Raw data:
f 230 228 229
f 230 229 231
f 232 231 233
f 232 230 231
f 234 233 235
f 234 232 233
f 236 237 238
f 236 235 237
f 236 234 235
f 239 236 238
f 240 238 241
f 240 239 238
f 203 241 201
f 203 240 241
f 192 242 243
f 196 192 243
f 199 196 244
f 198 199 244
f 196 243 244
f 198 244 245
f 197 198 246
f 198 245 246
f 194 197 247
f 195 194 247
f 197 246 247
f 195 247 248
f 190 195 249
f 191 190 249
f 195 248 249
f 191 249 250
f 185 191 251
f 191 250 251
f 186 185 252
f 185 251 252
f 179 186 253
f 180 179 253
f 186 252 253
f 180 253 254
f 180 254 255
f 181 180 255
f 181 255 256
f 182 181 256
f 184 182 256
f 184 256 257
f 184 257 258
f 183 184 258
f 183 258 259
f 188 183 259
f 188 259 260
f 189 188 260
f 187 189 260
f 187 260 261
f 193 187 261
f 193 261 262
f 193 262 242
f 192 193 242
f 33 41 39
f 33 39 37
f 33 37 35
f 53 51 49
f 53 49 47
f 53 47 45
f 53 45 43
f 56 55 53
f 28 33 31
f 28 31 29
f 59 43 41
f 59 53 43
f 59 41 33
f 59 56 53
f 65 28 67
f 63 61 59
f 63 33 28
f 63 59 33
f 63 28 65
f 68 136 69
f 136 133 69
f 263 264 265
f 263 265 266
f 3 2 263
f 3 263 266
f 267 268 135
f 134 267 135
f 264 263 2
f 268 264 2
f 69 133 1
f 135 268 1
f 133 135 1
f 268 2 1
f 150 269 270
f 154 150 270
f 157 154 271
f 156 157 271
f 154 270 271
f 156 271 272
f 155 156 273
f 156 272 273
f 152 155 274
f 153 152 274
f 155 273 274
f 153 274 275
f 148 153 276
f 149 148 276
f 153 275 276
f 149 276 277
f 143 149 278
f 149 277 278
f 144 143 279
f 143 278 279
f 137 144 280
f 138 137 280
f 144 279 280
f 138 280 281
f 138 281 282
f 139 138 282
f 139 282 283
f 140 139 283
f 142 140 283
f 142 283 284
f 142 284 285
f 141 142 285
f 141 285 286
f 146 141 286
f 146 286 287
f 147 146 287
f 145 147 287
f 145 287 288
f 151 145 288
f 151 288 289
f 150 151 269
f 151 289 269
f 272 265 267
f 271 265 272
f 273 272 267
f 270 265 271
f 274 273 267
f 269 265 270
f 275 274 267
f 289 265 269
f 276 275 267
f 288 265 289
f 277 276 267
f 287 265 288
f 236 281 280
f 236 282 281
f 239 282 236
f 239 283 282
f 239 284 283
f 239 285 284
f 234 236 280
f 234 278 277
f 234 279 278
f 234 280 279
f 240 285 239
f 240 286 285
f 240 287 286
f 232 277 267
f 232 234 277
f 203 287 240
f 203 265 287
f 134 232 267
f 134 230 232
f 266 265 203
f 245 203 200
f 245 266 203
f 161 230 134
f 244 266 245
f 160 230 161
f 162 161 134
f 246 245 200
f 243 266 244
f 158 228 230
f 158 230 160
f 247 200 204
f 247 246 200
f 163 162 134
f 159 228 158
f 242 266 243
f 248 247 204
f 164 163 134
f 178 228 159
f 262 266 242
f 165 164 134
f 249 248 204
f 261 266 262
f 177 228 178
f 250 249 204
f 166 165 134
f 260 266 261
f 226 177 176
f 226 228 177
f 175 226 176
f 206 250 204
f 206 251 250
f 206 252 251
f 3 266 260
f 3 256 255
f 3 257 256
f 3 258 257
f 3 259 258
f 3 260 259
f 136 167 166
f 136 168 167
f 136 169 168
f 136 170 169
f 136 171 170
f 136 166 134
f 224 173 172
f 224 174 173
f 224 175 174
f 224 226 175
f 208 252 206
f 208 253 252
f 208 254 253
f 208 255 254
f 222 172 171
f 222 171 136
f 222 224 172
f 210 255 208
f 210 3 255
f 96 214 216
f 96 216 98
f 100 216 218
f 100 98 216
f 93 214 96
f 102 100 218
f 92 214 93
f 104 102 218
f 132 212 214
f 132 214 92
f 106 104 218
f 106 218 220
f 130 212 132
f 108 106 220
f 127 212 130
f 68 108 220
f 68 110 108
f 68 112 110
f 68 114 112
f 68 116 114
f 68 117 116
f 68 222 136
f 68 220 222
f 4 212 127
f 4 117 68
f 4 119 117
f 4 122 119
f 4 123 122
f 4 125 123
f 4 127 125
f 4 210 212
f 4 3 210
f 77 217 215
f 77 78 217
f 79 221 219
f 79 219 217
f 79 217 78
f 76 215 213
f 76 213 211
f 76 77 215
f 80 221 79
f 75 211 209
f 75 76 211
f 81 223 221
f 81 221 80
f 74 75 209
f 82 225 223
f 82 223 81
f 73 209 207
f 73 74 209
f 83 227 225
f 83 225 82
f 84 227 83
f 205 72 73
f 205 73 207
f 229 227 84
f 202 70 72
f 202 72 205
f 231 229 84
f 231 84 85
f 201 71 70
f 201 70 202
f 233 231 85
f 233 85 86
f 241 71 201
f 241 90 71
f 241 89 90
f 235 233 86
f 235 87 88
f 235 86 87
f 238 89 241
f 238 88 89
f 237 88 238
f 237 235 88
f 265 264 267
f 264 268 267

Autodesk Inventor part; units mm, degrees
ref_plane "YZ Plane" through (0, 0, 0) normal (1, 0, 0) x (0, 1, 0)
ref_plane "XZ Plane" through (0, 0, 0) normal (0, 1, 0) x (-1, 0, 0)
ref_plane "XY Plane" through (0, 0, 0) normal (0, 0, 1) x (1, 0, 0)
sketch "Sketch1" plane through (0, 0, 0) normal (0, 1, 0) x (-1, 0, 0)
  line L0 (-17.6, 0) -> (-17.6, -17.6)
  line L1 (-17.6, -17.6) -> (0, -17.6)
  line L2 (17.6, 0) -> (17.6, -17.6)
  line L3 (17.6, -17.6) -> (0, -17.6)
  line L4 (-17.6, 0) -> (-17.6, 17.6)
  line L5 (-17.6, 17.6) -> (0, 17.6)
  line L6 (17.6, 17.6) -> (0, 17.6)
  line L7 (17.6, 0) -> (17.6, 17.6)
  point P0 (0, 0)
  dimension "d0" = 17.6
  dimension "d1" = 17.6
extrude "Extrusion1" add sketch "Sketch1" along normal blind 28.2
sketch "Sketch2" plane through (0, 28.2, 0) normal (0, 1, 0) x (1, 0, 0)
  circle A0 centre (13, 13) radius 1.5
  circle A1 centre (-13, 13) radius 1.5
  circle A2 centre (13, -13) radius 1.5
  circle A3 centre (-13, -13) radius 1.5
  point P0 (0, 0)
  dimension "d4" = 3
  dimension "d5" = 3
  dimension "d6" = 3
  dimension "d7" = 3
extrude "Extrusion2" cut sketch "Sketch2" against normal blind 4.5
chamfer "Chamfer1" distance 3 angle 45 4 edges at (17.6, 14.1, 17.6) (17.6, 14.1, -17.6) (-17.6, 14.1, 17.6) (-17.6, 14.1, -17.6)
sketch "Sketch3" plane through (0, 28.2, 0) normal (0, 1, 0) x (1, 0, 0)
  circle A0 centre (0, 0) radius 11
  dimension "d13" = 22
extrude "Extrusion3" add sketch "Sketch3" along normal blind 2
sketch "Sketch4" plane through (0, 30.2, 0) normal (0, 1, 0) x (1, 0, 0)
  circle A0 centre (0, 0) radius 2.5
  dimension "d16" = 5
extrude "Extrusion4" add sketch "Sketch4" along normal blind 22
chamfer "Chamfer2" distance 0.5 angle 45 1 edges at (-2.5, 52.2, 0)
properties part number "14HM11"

Task goal: Give back all of the entries exactly as written.

Solved problem:
f 230 228 229
f 230 229 231
f 232 231 233
f 232 230 231
f 234 233 235
f 234 232 233
f 236 237 238
f 236 235 237
f 236 234 235
f 239 236 238
f 240 238 241
f 240 239 238
f 203 241 201
f 203 240 241
f 192 242 243
f 196 192 243
f 199 196 244
f 198 199 244
f 196 243 244
f 198 244 245
f 197 198 246
f 198 245 246
f 194 197 247
f 195 194 247
f 197 246 247
f 195 247 248
f 190 195 249
f 191 190 249
f 195 248 249
f 191 249 250
f 185 191 251
f 191 250 251
f 186 185 252
f 185 251 252
f 179 186 253
f 180 179 253
f 186 252 253
f 180 253 254
f 180 254 255
f 181 180 255
f 181 255 256
f 182 181 256
f 184 182 256
f 184 256 257
f 184 257 258
f 183 184 258
f 183 258 259
f 188 183 259
f 188 259 260
f 189 188 260
f 187 189 260
f 187 260 261
f 193 187 261
f 193 261 262
f 193 262 242
f 192 193 242
f 33 41 39
f 33 39 37
f 33 37 35
f 53 51 49
f 53 49 47
f 53 47 45
f 53 45 43
f 56 55 53
f 28 33 31
f 28 31 29
f 59 43 41
f 59 53 43
f 59 41 33
f 59 56 53
f 65 28 67
f 63 61 59
f 63 33 28
f 63 59 33
f 63 28 65
f 68 136 69
f 136 133 69
f 263 264 265
f 263 265 266
f 3 2 263
f 3 263 266
f 267 268 135
f 134 267 135
f 264 263 2
f 268 264 2
f 69 133 1
f 135 268 1
f 133 135 1
f 268 2 1
f 150 269 270
f 154 150 270
f 157 154 271
f 156 157 271
f 154 270 271
f 156 271 272
f 155 156 273
f 156 272 273
f 152 155 274
f 153 152 274
f 155 273 274
f 153 274 275
f 148 153 276
f 149 148 276
f 153 275 276
f 149 276 277
f 143 149 278
f 149 277 278
f 144 143 279
f 143 278 279
f 137 144 280
f 138 137 280
f 144 279 280
f 138 280 281
f 138 281 282
f 139 138 282
f 139 282 283
f 140 139 283
f 142 140 283
f 142 283 284
f 142 284 285
f 141 142 285
f 141 285 286
f 146 141 286
f 146 286 287
f 147 146 287
f 145 147 287
f 145 287 288
f 151 145 288
f 151 288 289
f 150 151 269
f 151 289 269
f 272 265 267
f 271 265 272
f 273 272 267
f 270 265 271
f 274 273 267
f 269 265 270
f 275 274 267
f 289 265 269
f 276 275 267
f 288 265 289
f 277 276 267
f 287 265 288
f 236 281 280
f 236 282 281
f 239 282 236
f 239 283 282
f 239 284 283
f 239 285 284
f 234 236 280
f 234 278 277
f 234 279 278
f 234 280 279
f 240 285 239
f 240 286 285
f 240 287 286
f 232 277 267
f 232 234 277
f 203 287 240
f 203 265 287
f 134 232 267
f 134 230 232
f 266 265 203
f 245 203 200
f 245 266 203
f 161 230 134
f 244 266 245
f 160 230 161
f 162 161 134
f 246 245 200
f 243 266 244
f 158 228 230
f 158 230 160
f 247 200 204
f 247 246 200
f 163 162 134
f 159 228 158
f 242 266 243
f 248 247 204
f 164 163 134
f 178 228 159
f 262 266 242
f 165 164 134
f 249 248 204
f 261 266 262
f 177 228 178
f 250 249 204
f 166 165 134
f 260 266 261
f 226 177 176
f 226 228 177
f 175 226 176
f 206 250 204
f 206 251 250
f 206 252 251
f 3 266 260
f 3 256 255
f 3 257 256
f 3 258 257
f 3 259 258
f 3 260 259
f 136 167 166
f 136 168 167
f 136 169 168
f 136 170 169
f 136 171 170
f 136 166 134
f 224 173 172
f 224 174 173
f 224 175 174
f 224 226 175
f 208 252 206
f 208 253 252
f 208 254 253
f 208 255 254
f 222 172 171
f 222 171 136
f 222 224 172
f 210 255 208
f 210 3 255
f 96 214 216
f 96 216 98
f 100 216 218
f 100 98 216
f 93 214 96
f 102 100 218
f 92 214 93
f 104 102 218
f 132 212 214
f 132 214 92
f 106 104 218
f 106 218 220
f 130 212 132
f 108 106 220
f 127 212 130
f 68 108 220
f 68 110 108
f 68 112 110
f 68 114 112
f 68 116 114
f 68 117 116
f 68 222 136
f 68 220 222
f 4 212 127
f 4 117 68
f 4 119 117
f 4 122 119
f 4 123 122
f 4 125 123
f 4 127 125
f 4 210 212
f 4 3 210
f 77 217 215
f 77 78 217
f 79 221 219
f 79 219 217
f 79 217 78
f 76 215 213
f 76 213 211
f 76 77 215
f 80 221 79
f 75 211 209
f 75 76 211
f 81 223 221
f 81 221 80
f 74 75 209
f 82 225 223
f 82 223 81
f 73 209 207
f 73 74 209
f 83 227 225
f 83 225 82
f 84 227 83
f 205 72 73
f 205 73 207
f 229 227 84
f 202 70 72
f 202 72 205
f 231 229 84
f 231 84 85
f 201 71 70
f 201 70 202
f 233 231 85
f 233 85 86
f 241 71 201
f 241 90 71
f 241 89 90
f 235 233 86
f 235 87 88
f 235 86 87
f 238 89 241
f 238 88 89
f 237 88 238
f 237 235 88
f 265 264 267
f 264 268 267

Autodesk Inventor part; units mm, degrees
ref_plane "YZ Plane" through (0, 0, 0) normal (1, 0, 0) x (0, 1, 0)
ref_plane "XZ Plane" through (0, 0, 0) normal (0, 1, 0) x (-1, 0, 0)
ref_plane "XY Plane" through (0, 0, 0) normal (0, 0, 1) x (1, 0, 0)
sketch "Sketch1" plane through (0, 0, 0) normal (0, 1, 0) x (-1, 0, 0)
  line L0 (-17.6, 0) -> (-17.6, -17.6)
  line L1 (-17.6, -17.6) -> (0, -17.6)
  line L2 (17.6, 0) -> (17.6, -17.6)
  line L3 (17.6, -17.6) -> (0, -17.6)
  line L4 (-17.6, 0) -> (-17.6, 17.6)
  line L5 (-17.6, 17.6) -> (0, 17.6)
  line L6 (17.6, 17.6) -> (0, 17.6)
  line L7 (17.6, 0) -> (17.6, 17.6)
  point P0 (0, 0)
  dimension "d0" = 17.6
  dimension "d1" = 17.6
extrude "Extrusion1" add sketch "Sketch1" along normal blind 28.2
sketch "Sketch2" plane through (0, 28.2, 0) normal (0, 1, 0) x (1, 0, 0)
  circle A0 centre (13, 13) radius 1.5
  circle A1 centre (-13, 13) radius 1.5
  circle A2 centre (13, -13) radius 1.5
  circle A3 centre (-13, -13) radius 1.5
  point P0 (0, 0)
  dimension "d4" = 3
  dimension "d5" = 3
  dimension "d6" = 3
  dimension "d7" = 3
extrude "Extrusion2" cut sketch "Sketch2" against normal blind 4.5
chamfer "Chamfer1" distance 3 angle 45 4 edges at (17.6, 14.1, 17.6) (17.6, 14.1, -17.6) (-17.6, 14.1, 17.6) (-17.6, 14.1, -17.6)
sketch "Sketch3" plane through (0, 28.2, 0) normal (0, 1, 0) x (1, 0, 0)
  circle A0 centre (0, 0) radius 11
  dimension "d13" = 22
extrude "Extrusion3" add sketch "Sketch3" along normal blind 2
sketch "Sketch4" plane through (0, 30.2, 0) normal (0, 1, 0) x (1, 0, 0)
  circle A0 centre (0, 0) radius 2.5
  dimension "d16" = 5
extrude "Extrusion4" add sketch "Sketch4" along normal blind 22
chamfer "Chamfer2" distance 0.5 angle 45 1 edges at (-2.5, 52.2, 0)
properties part number "14HM11"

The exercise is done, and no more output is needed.